REQUIREMENT:
Where the listing below has a line with "# Parameters (mm, degrees)", write out exactly that line and every line after it, stopping after the line with "Line((-12.5, 15), (-12.5, 0))".
BEGIN
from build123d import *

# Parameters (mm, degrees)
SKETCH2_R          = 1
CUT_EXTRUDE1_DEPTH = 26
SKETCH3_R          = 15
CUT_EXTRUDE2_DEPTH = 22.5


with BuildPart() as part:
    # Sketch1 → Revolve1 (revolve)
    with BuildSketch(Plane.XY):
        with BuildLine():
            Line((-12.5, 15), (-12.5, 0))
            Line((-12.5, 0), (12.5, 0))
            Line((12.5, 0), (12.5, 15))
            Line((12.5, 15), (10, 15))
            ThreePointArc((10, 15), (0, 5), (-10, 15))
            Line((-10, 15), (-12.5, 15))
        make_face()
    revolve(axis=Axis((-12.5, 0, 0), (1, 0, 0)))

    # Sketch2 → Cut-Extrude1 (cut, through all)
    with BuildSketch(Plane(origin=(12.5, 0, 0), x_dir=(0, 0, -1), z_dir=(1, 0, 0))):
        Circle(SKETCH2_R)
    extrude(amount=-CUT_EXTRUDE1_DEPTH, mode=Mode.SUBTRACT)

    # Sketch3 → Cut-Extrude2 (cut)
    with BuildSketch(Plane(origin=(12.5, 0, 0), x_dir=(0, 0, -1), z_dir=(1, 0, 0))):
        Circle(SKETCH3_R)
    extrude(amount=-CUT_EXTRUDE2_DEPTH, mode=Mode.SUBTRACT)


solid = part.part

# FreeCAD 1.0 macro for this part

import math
import FreeCAD as App
import Part
import Sketcher

V = App.Vector

doc = App.newDocument("Part")
body = doc.addObject("PartDesign::Body", "Body")

sketch1 = body.newObject("Sketcher::SketchObject", "Sketch")
sketch1.AttachmentSupport = (doc.getObject("XY_Plane"), [""])
sketch1.MapMode = "FlatFace"
sketch1.addGeometry(Part.LineSegment(V(-12.5, 15, 0), V(-12.5, 0, 0)), False)
sketch1.addGeometry(Part.LineSegment(V(-12.5, 0, 0), V(12.5, 0, 0)), False)
sketch1.addGeometry(Part.LineSegment(V(12.5, 0, 0), V(12.5, 15, 0)), False)
sketch1.addGeometry(Part.LineSegment(V(12.5, 15, 0), V(10, 15, 0)), False)
sketch1.addGeometry(Part.ArcOfCircle(Part.Circle(V(0, 15, 0), V(0, 0, 1), 10), math.radians(180), math.radians(360)), False)
sketch1.addGeometry(Part.LineSegment(V(-10, 15, 0), V(-12.5, 15, 0)), False)
sketch1.addConstraint(Sketcher.Constraint("Coincident", 0, 2, 1, 1))
sketch1.addConstraint(Sketcher.Constraint("Coincident", 1, 2, 2, 1))
sketch1.addConstraint(Sketcher.Constraint("Coincident", 2, 2, 3, 1))
sketch1.addConstraint(Sketcher.Constraint("Coincident", 3, 2, 4, 2))
sketch1.addConstraint(Sketcher.Constraint("Coincident", 4, 1, 5, 1))
sketch1.addConstraint(Sketcher.Constraint("Coincident", 5, 2, 0, 1))
sketch1.addConstraint(Sketcher.Constraint("Vertical", 0))
sketch1.addConstraint(Sketcher.Constraint("Horizontal", 1))
sketch1.addConstraint(Sketcher.Constraint("Vertical", 2))
sketch1.addConstraint(Sketcher.Constraint("Horizontal", 3))
sketch1.addConstraint(Sketcher.Constraint("Horizontal", 5))
sketch1.addConstraint(Sketcher.Constraint("Symmetric", 0, 2, 1, 2, -1, 1))
sketch1.addConstraint(Sketcher.Constraint("Symmetric", 3, 2, 4, 1, -2))
sketch1.addConstraint(Sketcher.Constraint("Horizontal", 4, 3, 2, 2))
sketch1.addConstraint(Sketcher.Constraint("Radius", 4, 10.0))
sketch1.addConstraint(Sketcher.Constraint("DistanceX", 1, 1, 1, 2, 25.0))
sketch1.addConstraint(Sketcher.Constraint("DistanceY", 0, 2, 0, 1, 15.0))
revolution = body.newObject("PartDesign::Revolution", "Revolution")
revolution.Profile = sketch1
revolution.ReferenceAxis = (sketch1, ["H_Axis"])
revolution.Angle = 360

sketch2 = body.newObject("Sketcher::SketchObject", "Sketch001")
sketch2.AttachmentSupport = (doc.getObject("YZ_Plane"), [""])
sketch2.MapMode = "FlatFace"
sketch2.AttachmentOffset = App.Placement(V(0, 0, 12.5), App.Rotation())
sketch2.addGeometry(Part.Circle(V(0, 0, 0), V(0, 0, 1), 1), False)
sketch2.addConstraint(Sketcher.Constraint("Coincident", 0, 3, -1, 1))
sketch2.addConstraint(Sketcher.Constraint("Diameter", 0, 2.0))
pocket1 = body.newObject("PartDesign::Pocket", "Pocket")
pocket1.Profile = sketch2
pocket1.Type = "ThroughAll"

sketch3 = body.newObject("Sketcher::SketchObject", "Sketch002")
sketch3.AttachmentSupport = (doc.getObject("YZ_Plane"), [""])
sketch3.MapMode = "FlatFace"
sketch3.AttachmentOffset = App.Placement(V(0, 0, 12.5), App.Rotation())
sketch3.addGeometry(Part.Circle(V(0, 0, 0), V(0, 0, 1), 15), False)
sketch3.addConstraint(Sketcher.Constraint("Coincident", 0, 3, -1, 1))
sketch3.addConstraint(Sketcher.Constraint("Diameter", 0, 30.0))
pocket2 = body.newObject("PartDesign::Pocket", "Pocket001")
pocket2.Profile = sketch3
pocket2.Length = 22.5

doc.recompute()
END
RESULT:
# Parameters (mm, degrees)
SKETCH2_R          = 1
CUT_EXTRUDE1_DEPTH = 26
SKETCH3_R          = 15
CUT_EXTRUDE2_DEPTH = 22.5


with BuildPart() as part:
    # Sketch1 → Revolve1 (revolve)
    with BuildSketch(Plane.XY):
        with BuildLine():
            Line((-12.5, 15), (-12.5, 0))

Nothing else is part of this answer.